El último santo celebrado en ausencia de prole me ha traído una reflexión inesperada. Más allá del encanto de ser padre, siento en mi conciencia una multitud de vidas que dejo atrás. La escena es muy cinematográfica y en todos los finales hay una sonrisa que aúna la melancolía y la aceptación. Veo una gran sala llena de Pepes. Soy yo en todos ellos. Los observo con atención. Pepes del pasado, fragmentos de lo que he sido, recuerdos que creía ya agotados. Ahí están todos: el niño que acudía al colegio de la mano de su abuelo y le prometía no salir tarde; el adolescente que conoció la literatura en las páginas amarillas de un libro de Miguel Delibes; el universitario que espiaba los horarios de una estudiante de historia, para robarle al menos un saludo; el Pepe que vuelve a casa de fiesta, acompañado del brazo de una chica; el que degusta una derrota memorable, porque la vida también se compone de fracasos; el que quiere olvidar un rostro; el que se emociona mirando un perfil griego; el que oposita para ser profesor; el que renuncia a vivir en París, que significa renunciar a ser siempre joven; el que mira el mar y sueña con vivir en Argentina, en México, tal vez un día que pueda ser mañana...

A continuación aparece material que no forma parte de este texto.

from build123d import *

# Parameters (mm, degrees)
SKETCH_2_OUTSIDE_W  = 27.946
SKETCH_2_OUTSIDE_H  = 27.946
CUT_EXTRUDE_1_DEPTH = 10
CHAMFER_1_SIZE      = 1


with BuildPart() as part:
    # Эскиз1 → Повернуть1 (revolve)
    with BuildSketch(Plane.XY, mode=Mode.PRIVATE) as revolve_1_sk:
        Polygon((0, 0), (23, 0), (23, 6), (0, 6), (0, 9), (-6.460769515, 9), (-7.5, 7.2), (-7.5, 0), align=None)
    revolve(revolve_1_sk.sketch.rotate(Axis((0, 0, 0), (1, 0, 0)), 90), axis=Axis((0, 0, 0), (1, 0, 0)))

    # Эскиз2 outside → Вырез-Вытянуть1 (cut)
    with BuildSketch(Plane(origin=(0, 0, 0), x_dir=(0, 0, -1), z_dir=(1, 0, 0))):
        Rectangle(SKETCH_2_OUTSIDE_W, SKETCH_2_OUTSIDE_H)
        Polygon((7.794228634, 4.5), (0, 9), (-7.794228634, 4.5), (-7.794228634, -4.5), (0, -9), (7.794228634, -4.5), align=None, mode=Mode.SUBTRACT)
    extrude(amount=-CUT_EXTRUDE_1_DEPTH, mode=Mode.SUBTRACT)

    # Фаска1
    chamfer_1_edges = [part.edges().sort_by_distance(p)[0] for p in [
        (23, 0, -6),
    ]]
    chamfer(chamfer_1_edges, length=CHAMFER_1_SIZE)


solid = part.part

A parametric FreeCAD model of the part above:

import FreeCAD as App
import Part
import Sketcher

V = App.Vector
Q = App.Units.Quantity


def edges_at(feature, points):
    """Names of the edges that pass closest to the given points."""
    edges = feature.Shape.Edges
    near = lambda p: min(range(len(edges)), key=lambda i: edges[i].distToShape(Part.Vertex(*p))[0])
    return sorted({f"Edge{near(p) + 1}" for p in points})

doc = App.newDocument("Part")
body = doc.addObject("PartDesign::Body", "Body")

# Sketch on XY plane
sketch1 = body.newObject("Sketcher::SketchObject", "Sketch")
sketch1.AttachmentSupport = (doc.getObject("XY_Plane"), [""])
sketch1.MapMode = "FlatFace"
sketch1.addGeometry([
    Part.LineSegment(V(23, 0, 0), V(23, 6, 0)),  # 0
    Part.LineSegment(V(23, 6, 0), V(0, 6, 0)),  # 1
    Part.LineSegment(V(0, 6, 0), V(0, 9, 0)),  # 2
    Part.LineSegment(V(0, 9, 0), V(-6.46077, 9, 0)),  # 3
    Part.LineSegment(V(-6.46077, 9, 0), V(-7.5, 7.2, 0)),  # 4
    Part.LineSegment(V(-7.5, 7.2, 0), V(-7.5, 0, 0)),  # 5
    Part.LineSegment(V(-7.5, 0, 0), V(23, 0, 0)),  # 6
], False)
sketch1.addConstraint([
    Sketcher.Constraint("Coincident", 0, 2, 1, 1),
    Sketcher.Constraint("Coincident", 1, 2, 2, 1),
    Sketcher.Constraint("Coincident", 2, 2, 3, 1),
    Sketcher.Constraint("Coincident", 3, 2, 4, 1),
    Sketcher.Constraint("Coincident", 4, 2, 5, 1),
    Sketcher.Constraint("Coincident", 5, 2, 6, 1),
    Sketcher.Constraint("Coincident", 6, 2, 0, 1),
    Sketcher.Constraint("Vertical", 0),
    Sketcher.Constraint("Horizontal", 1),
    Sketcher.Constraint("Vertical", 2),
    Sketcher.Constraint("Horizontal", 3),
    Sketcher.Constraint("Vertical", 5),
    Sketcher.Constraint("Horizontal", 6),
    Sketcher.Constraint("PointOnObject", 1, 2, -2),
    Sketcher.Constraint("PointOnObject", 5, 2, -1),
    Sketcher.Constraint("DistanceX", 1, 2, 1, 1, 23.0),
    Sketcher.Constraint("DistanceY", 0, 1, 0, 2, 6.0),
    Sketcher.Constraint("DistanceY", 2, 1, 2, 2, 3.0),
    Sketcher.Constraint("Angle", 4, Q("-120 deg")),
    Sketcher.Constraint("DistanceX", 6, 1, 6, 2, 30.5),
    Sketcher.Constraint("DistanceY", 5, 2, 5, 1, 7.2),
])
revolution = body.newObject("PartDesign::Revolution", "Revolution")
revolution.Profile = sketch1
revolution.ReferenceAxis = (sketch1, ["H_Axis"])
revolution.Angle = 360

# Sketch on YZ plane
sketch2 = body.newObject("Sketcher::SketchObject", "Sketch001")
sketch2.AttachmentSupport = (doc.getObject("YZ_Plane"), [""])
sketch2.MapMode = "FlatFace"
sketch2.addGeometry([
    Part.LineSegment(V(13.973, 13.973, 0), V(-13.973, 13.973, 0)),  # 0
    Part.LineSegment(V(-13.973, 13.973, 0), V(-13.973, -13.973, 0)),  # 1
    Part.LineSegment(V(-13.973, -13.973, 0), V(13.973, -13.973, 0)),  # 2
    Part.LineSegment(V(13.973, -13.973, 0), V(13.973, 13.973, 0)),  # 3
    Part.LineSegment(V(9, 0, 0), V(4.5, -7.794229, 0)),  # 4
    Part.LineSegment(V(4.5, -7.794229, 0), V(-4.5, -7.794229, 0)),  # 5
    Part.LineSegment(V(-4.5, -7.794229, 0), V(-9, 0, 0)),  # 6
    Part.LineSegment(V(-9, 0, 0), V(-4.5, 7.794229, 0)),  # 7
    Part.LineSegment(V(-4.5, 7.794229, 0), V(4.5, 7.794229, 0)),  # 8
    Part.LineSegment(V(4.5, 7.794229, 0), V(9, 0, 0)),  # 9
], False)
sketch2.addConstraint([
    Sketcher.Constraint("Coincident", 0, 2, 1, 1),
    Sketcher.Constraint("Coincident", 1, 2, 2, 1),
    Sketcher.Constraint("Coincident", 2, 2, 3, 1),
    Sketcher.Constraint("Coincident", 3, 2, 0, 1),
    Sketcher.Constraint("Coincident", 4, 2, 5, 1),
    Sketcher.Constraint("Coincident", 5, 2, 6, 1),
    Sketcher.Constraint("Coincident", 6, 2, 7, 1),
    Sketcher.Constraint("Coincident", 7, 2, 8, 1),
    Sketcher.Constraint("Coincident", 8, 2, 9, 1),
    Sketcher.Constraint("Coincident", 9, 2, 4, 1),
    Sketcher.Constraint("Horizontal", 0),
    Sketcher.Constraint("Vertical", 1),
    Sketcher.Constraint("Horizontal", 2),
    Sketcher.Constraint("Vertical", 3),
    Sketcher.Constraint("Horizontal", 5),
    Sketcher.Constraint("Horizontal", 8),
    Sketcher.Constraint("Symmetric", 0, 2, 2, 2, -1, 1),
    Sketcher.Constraint("Symmetric", 4, 2, 7, 2, -1, 1),
    Sketcher.Constraint("Symmetric", 6, 2, 9, 2, -1, 1),
    Sketcher.Constraint("PointOnObject", 6, 2, -1),
    Sketcher.Constraint("Parallel", 6, 9),
    Sketcher.Constraint("Vertical", 5, 2, 7, 2),
    Sketcher.Constraint("Equal", 2, 1),
    Sketcher.Constraint("DistanceX", 5, 2, 5, 1, 9.0),
    Sketcher.Constraint("Angle", 4, Q("-120 deg")),
    Sketcher.Constraint("Distance", 4, 9.0),
    Sketcher.Constraint("DistanceX", 0, 2, 0, 1, 27.946),
])
pocket1 = body.newObject("PartDesign::Pocket", "Pocket")
pocket1.Profile = sketch2
pocket1.Length = 10
doc.recompute()

chamfer = body.newObject("PartDesign::Chamfer", "Chamfer")
chamfer.Base = (pocket1, edges_at(pocket1, [(23, 0, -6)]))
chamfer.Size = 1

doc.recompute()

Todos esos Pepes me saludan desde esa gran sala que se proyecta en mi conciencia. Me piden que no los olvide, que de vez en cuando vuelva a ellos, los visite durante unos minutos. Que juegue a recrear cómo hubiera sido la vida de seguir ocupando sus espacios. Un Pepe que aún viviese en París, un Pepe con medio acento porteño, un Pepe dedicado al mundo editorial, de corrector profesional, en Madrid, en Granada, en Lorca, todos Pepes que han fracasado en su intento de imponerme sus dictados, pero que son también la prueba del éxito de esta vida que estoy a punto de comenzar.
No hay miedo en el abismo, no. Sí esperanza, promesa de un cambio feliz, a pesar de las ojeras, a pesar de sacrificar tiempo de escritura y lectura, porque mis acciones responden a un bien superior. No le temo a pasar página, a despedirme de todas las personas que he sido, porque sé que seguirán dentro de mí, cada vez más lejos, cada vez más añorados. Me felicitarán el 19 de marzo por un doble motivo. Es mi venganza a 35 años compartiendo la celebración con todos los padres del mundo. Solo hay algo que me produce una tristeza enorme, ahora que voy a ser padre: que este verano no volveré a Italia. Es el pecado original con el que nace mi hijo.